(Stored items)
^^^^^^^^

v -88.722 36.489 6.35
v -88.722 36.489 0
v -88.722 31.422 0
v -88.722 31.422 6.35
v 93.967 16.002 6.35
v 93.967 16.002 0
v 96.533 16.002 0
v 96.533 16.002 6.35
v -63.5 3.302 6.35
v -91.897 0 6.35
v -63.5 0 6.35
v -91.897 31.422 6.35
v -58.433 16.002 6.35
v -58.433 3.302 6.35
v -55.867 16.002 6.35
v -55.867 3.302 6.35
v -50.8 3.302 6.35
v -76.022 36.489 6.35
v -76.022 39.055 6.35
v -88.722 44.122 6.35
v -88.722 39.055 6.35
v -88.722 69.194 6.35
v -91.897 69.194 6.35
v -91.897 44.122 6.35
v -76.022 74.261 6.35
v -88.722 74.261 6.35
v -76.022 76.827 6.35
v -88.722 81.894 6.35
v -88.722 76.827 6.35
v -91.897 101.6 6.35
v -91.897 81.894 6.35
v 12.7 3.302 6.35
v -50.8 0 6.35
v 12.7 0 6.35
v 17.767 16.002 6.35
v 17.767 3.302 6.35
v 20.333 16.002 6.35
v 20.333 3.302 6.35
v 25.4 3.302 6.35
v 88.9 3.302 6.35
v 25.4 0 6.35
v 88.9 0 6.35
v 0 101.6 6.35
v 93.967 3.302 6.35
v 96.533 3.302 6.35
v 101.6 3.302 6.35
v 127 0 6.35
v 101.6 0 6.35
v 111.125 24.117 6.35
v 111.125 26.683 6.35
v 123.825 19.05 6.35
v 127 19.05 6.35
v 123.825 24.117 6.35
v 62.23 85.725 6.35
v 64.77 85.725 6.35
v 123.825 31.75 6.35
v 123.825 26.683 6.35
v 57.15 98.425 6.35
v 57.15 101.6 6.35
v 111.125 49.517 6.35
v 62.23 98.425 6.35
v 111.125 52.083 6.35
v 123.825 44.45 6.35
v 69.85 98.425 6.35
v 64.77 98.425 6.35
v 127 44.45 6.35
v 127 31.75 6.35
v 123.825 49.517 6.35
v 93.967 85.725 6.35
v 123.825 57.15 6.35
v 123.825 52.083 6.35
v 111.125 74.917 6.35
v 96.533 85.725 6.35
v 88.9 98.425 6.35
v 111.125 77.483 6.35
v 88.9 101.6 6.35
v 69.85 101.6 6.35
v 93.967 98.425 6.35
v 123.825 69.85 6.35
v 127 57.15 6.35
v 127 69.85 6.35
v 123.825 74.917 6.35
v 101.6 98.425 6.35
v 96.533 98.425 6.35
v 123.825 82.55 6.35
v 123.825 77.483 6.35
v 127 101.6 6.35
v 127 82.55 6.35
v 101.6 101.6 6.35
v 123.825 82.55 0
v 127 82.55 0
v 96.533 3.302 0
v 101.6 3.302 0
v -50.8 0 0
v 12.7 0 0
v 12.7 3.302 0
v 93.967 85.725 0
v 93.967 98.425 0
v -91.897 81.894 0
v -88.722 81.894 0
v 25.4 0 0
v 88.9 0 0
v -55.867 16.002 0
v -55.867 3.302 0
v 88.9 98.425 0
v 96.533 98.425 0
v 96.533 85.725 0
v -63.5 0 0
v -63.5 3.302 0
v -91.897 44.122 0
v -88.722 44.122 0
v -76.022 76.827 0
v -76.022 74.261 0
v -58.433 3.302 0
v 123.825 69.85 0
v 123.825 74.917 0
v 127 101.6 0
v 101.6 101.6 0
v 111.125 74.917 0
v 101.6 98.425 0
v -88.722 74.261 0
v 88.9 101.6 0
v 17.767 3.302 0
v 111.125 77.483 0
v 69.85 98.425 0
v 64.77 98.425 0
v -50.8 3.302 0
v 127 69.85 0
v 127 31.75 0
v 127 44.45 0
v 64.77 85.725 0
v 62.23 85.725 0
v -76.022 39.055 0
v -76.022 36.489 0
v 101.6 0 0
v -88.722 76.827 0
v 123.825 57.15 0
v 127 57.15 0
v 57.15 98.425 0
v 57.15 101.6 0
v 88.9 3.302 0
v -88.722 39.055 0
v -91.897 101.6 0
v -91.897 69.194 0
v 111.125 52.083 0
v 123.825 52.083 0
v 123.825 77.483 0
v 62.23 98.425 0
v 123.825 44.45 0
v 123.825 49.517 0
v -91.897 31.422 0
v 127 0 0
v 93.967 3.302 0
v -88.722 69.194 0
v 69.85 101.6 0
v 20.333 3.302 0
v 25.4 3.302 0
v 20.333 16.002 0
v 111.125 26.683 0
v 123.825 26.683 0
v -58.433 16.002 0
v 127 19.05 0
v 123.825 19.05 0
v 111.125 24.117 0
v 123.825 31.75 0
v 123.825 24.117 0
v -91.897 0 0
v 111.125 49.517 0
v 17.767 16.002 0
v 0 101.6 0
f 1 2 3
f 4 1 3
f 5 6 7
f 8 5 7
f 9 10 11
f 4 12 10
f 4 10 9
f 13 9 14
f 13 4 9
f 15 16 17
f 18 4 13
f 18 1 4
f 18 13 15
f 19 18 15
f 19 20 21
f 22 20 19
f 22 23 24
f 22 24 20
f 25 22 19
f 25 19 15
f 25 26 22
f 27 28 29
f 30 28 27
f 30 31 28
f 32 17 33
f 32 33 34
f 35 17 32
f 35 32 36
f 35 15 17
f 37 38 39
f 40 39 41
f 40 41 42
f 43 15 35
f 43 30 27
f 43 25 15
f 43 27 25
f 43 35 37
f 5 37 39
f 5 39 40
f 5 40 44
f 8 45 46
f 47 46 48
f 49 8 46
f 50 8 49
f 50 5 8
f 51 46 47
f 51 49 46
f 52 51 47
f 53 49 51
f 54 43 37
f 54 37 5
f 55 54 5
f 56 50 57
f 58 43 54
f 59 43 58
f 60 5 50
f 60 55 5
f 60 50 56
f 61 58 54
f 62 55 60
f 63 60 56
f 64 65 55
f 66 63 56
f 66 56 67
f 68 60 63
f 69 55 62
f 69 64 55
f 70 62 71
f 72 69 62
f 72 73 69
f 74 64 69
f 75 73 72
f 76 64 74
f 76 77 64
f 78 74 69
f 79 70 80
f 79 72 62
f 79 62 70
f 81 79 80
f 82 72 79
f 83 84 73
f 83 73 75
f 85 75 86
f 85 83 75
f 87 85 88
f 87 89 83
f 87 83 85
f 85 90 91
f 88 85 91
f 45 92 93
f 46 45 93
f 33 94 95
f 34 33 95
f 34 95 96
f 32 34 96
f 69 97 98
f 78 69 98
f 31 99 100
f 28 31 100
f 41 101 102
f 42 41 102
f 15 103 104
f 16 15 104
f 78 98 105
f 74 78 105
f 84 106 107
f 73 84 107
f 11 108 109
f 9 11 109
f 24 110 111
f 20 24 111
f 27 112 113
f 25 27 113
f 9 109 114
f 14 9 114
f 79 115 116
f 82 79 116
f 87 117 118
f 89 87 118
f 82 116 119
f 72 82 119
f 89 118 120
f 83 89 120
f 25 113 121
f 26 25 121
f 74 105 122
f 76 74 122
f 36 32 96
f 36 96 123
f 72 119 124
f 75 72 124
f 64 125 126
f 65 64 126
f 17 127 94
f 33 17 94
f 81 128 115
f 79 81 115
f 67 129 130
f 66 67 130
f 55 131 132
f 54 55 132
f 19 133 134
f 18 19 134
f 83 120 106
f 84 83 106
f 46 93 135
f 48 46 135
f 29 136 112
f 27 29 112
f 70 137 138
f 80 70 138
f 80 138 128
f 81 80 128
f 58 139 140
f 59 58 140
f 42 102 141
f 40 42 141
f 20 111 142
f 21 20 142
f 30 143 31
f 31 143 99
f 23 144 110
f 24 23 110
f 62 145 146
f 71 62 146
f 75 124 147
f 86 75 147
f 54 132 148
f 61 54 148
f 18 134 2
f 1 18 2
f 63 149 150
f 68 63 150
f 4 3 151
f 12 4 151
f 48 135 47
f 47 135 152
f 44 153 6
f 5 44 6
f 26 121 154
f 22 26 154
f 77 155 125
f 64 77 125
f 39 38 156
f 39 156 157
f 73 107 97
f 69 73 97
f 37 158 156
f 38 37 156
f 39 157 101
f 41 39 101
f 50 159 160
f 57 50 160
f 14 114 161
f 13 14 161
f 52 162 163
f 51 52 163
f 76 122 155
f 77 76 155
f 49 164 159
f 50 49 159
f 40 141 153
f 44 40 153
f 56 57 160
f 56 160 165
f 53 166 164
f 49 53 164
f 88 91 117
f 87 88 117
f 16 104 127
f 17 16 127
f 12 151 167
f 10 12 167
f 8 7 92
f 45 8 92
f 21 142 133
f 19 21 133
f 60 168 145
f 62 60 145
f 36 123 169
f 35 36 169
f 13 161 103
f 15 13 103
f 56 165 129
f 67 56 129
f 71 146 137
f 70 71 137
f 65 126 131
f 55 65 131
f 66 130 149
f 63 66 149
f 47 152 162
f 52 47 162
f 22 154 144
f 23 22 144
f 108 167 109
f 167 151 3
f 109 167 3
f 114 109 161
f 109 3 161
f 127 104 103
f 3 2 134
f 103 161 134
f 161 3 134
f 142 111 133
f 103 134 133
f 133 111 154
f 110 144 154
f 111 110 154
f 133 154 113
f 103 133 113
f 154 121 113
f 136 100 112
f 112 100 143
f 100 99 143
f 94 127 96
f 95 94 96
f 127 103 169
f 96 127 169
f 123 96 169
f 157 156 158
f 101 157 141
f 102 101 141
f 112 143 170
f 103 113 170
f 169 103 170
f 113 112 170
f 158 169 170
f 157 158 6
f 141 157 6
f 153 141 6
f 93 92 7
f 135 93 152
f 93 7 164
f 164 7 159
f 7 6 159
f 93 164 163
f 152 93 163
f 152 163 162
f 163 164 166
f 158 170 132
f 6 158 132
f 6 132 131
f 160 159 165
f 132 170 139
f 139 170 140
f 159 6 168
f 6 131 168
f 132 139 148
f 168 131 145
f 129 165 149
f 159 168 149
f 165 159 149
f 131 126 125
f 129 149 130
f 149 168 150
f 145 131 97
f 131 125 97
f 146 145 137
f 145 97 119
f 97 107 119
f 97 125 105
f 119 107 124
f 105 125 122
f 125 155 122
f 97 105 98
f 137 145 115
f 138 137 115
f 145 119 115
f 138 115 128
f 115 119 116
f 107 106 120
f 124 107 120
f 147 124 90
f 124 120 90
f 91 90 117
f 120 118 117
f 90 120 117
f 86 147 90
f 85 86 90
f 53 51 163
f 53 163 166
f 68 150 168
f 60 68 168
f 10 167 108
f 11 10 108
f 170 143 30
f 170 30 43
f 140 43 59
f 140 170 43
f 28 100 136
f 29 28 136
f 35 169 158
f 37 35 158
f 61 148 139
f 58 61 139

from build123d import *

# Parameters (mm, degrees)
BOSS_EXTRUDE1_DEPTH     = 6.35
CUT_EXTRUDE4_DEPTH      = 127
CUT_EXTRUDE4_DEPTH_BACK = 127
CUT_EXTRUDE5_DEPTH      = 127
CUT_EXTRUDE5_DEPTH_BACK = 127
CUT_EXTRUDE7_DEPTH      = 127
CUT_EXTRUDE7_DEPTH_BACK = 127
SKETCH5_W               = 229.808362084
SKETCH5_H               = 77.917038349


with BuildPart() as part:
    # Sketch1 → Boss-Extrude1 (new body)
    with BuildSketch(Plane.XY):
        Polygon((0, 0), (127, 0), (127, 101.6), (0, 101.6), (-70.692427737, 172.292427737), (-91.896861793, 151.087993682), (-91.896861793, 0), align=None)
    extrude(amount=BOSS_EXTRUDE1_DEPTH)

    # Sketch3 → Cut-Extrude4 (cut, two sides: drawn at the far end of the back side and taken through both)
    with BuildSketch(Plane(origin=(0, 0, 0), x_dir=(-1, 0, 0), z_dir=(0, 0, -1)).offset(-CUT_EXTRUDE4_DEPTH_BACK)):
        Polygon((68.447363707, 161.067107586), (63.957235647, 156.576979525), (66.202299677, 154.331915495), (70.692427737, 158.822043556), align=None)
        Polygon((-127, 31.75), (-127, 19.05), (-123.825, 19.05), (-123.825, 24.1173), (-111.125, 24.1173), (-111.125, 26.6827), (-123.825, 26.6827), (-123.825, 31.75), align=None)
        Polygon((-57.15, 101.6), (-69.85, 101.6), (-69.85, 98.425), (-64.77, 98.425), (-64.77, 85.725), (-62.23, 85.725), (-62.23, 98.425), (-57.15, 98.425), align=None)
        Polygon((-88.9, 101.6), (-101.6, 101.6), (-101.6, 98.425), (-96.5327, 98.425), (-96.5327, 85.725), (-93.9673, 85.725), (-93.9673, 98.425), (-88.9, 98.425), align=None)
        Polygon((-127, 82.55), (-127, 69.85), (-123.825, 69.85), (-123.825, 74.9173), (-111.125, 74.9173), (-111.125, 77.4827), (-123.825, 77.4827), (-123.825, 82.55), align=None)
        Polygon((-127, 57.15), (-127, 44.45), (-123.825, 44.45), (-123.825, 49.5173), (-111.125, 49.5173), (-111.125, 52.0827), (-123.825, 52.0827), (-123.825, 57.15), align=None)
        Polygon((88.721861793, 106.965995261), (91.896861793, 106.965995261), (91.896861793, 119.665995261), (88.721861793, 119.665995261), (88.721861793, 114.598695261), (76.021861793, 114.598695261), (76.021861793, 112.033295261), (88.721861793, 112.033295261), align=None)
        Polygon((88.721861793, 69.193996841), (91.896861793, 69.193996841), (91.896861793, 81.893996841), (88.721861793, 81.893996841), (88.721861793, 76.826696841), (76.021861793, 76.826696841), (76.021861793, 74.261296841), (88.721861793, 74.261296841), align=None)
        Polygon((88.721861793, 31.42199842), (91.896861793, 31.42199842), (91.896861793, 44.12199842), (88.721861793, 44.12199842), (88.721861793, 39.05469842), (76.021861793, 39.05469842), (76.021861793, 36.48929842), (88.721861793, 36.48929842), align=None)
        Polygon((50.8, 3.302), (50.8, 0), (63.5, 0), (63.5, 3.302), (58.4327, 3.302), (58.4327, 16.002), (55.8673, 16.002), (55.8673, 3.302), align=None)
        Polygon((-25.4, 3.302), (-25.4, 0), (-12.7, 0), (-12.7, 3.302), (-17.7673, 3.302), (-17.7673, 16.002), (-20.3327, 16.002), (-20.3327, 3.302), align=None)
        Polygon((-101.6, 3.302), (-101.6, 0), (-88.9, 0), (-88.9, 3.302), (-93.9673, 3.302), (-93.9673, 16.002), (-96.5327, 16.002), (-96.5327, 3.302), align=None)
    extrude(amount=CUT_EXTRUDE4_DEPTH + CUT_EXTRUDE4_DEPTH_BACK, mode=Mode.SUBTRACT)

    # Sketch4 → Cut-Extrude5 (cut, two sides: drawn at the far end of the back side and taken through both)
    with BuildSketch(Plane.XY.offset(-CUT_EXTRUDE5_DEPTH_BACK)):
        Polygon((-81.917747889, 147.596723404), (-79.672683858, 149.841787435), (-75.182555798, 145.351659374), (-77.427619828, 143.106595344), align=None)
    extrude(amount=CUT_EXTRUDE5_DEPTH + CUT_EXTRUDE5_DEPTH_BACK, mode=Mode.SUBTRACT)

    # Sketch5 → Cut-Extrude7 (cut, two sides: drawn at the far end of the back side and taken through both)
    with BuildSketch(Plane.XY.offset(-CUT_EXTRUDE7_DEPTH_BACK)):
        with Locations((12.095818958, 140.558519175)):
            Rectangle(SKETCH5_W, SKETCH5_H)
    extrude(amount=CUT_EXTRUDE7_DEPTH + CUT_EXTRUDE7_DEPTH_BACK, mode=Mode.SUBTRACT)


solid = part.part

^^^^^^^^

AIM OF THE TASK: The lines above, starting at the one with "f 66 67 130" and ending at the one with "f 24 23 110", are the only ones to return, exactly as written.

RESULT OF THE TASK:
f 66 67 130
f 55 131 132
f 54 55 132
f 19 133 134
f 18 19 134
f 83 120 106
f 84 83 106
f 46 93 135
f 48 46 135
f 29 136 112
f 27 29 112
f 70 137 138
f 80 70 138
f 80 138 128
f 81 80 128
f 58 139 140
f 59 58 140
f 42 102 141
f 40 42 141
f 20 111 142
f 21 20 142
f 30 143 31
f 31 143 99
f 23 144 110
f 24 23 110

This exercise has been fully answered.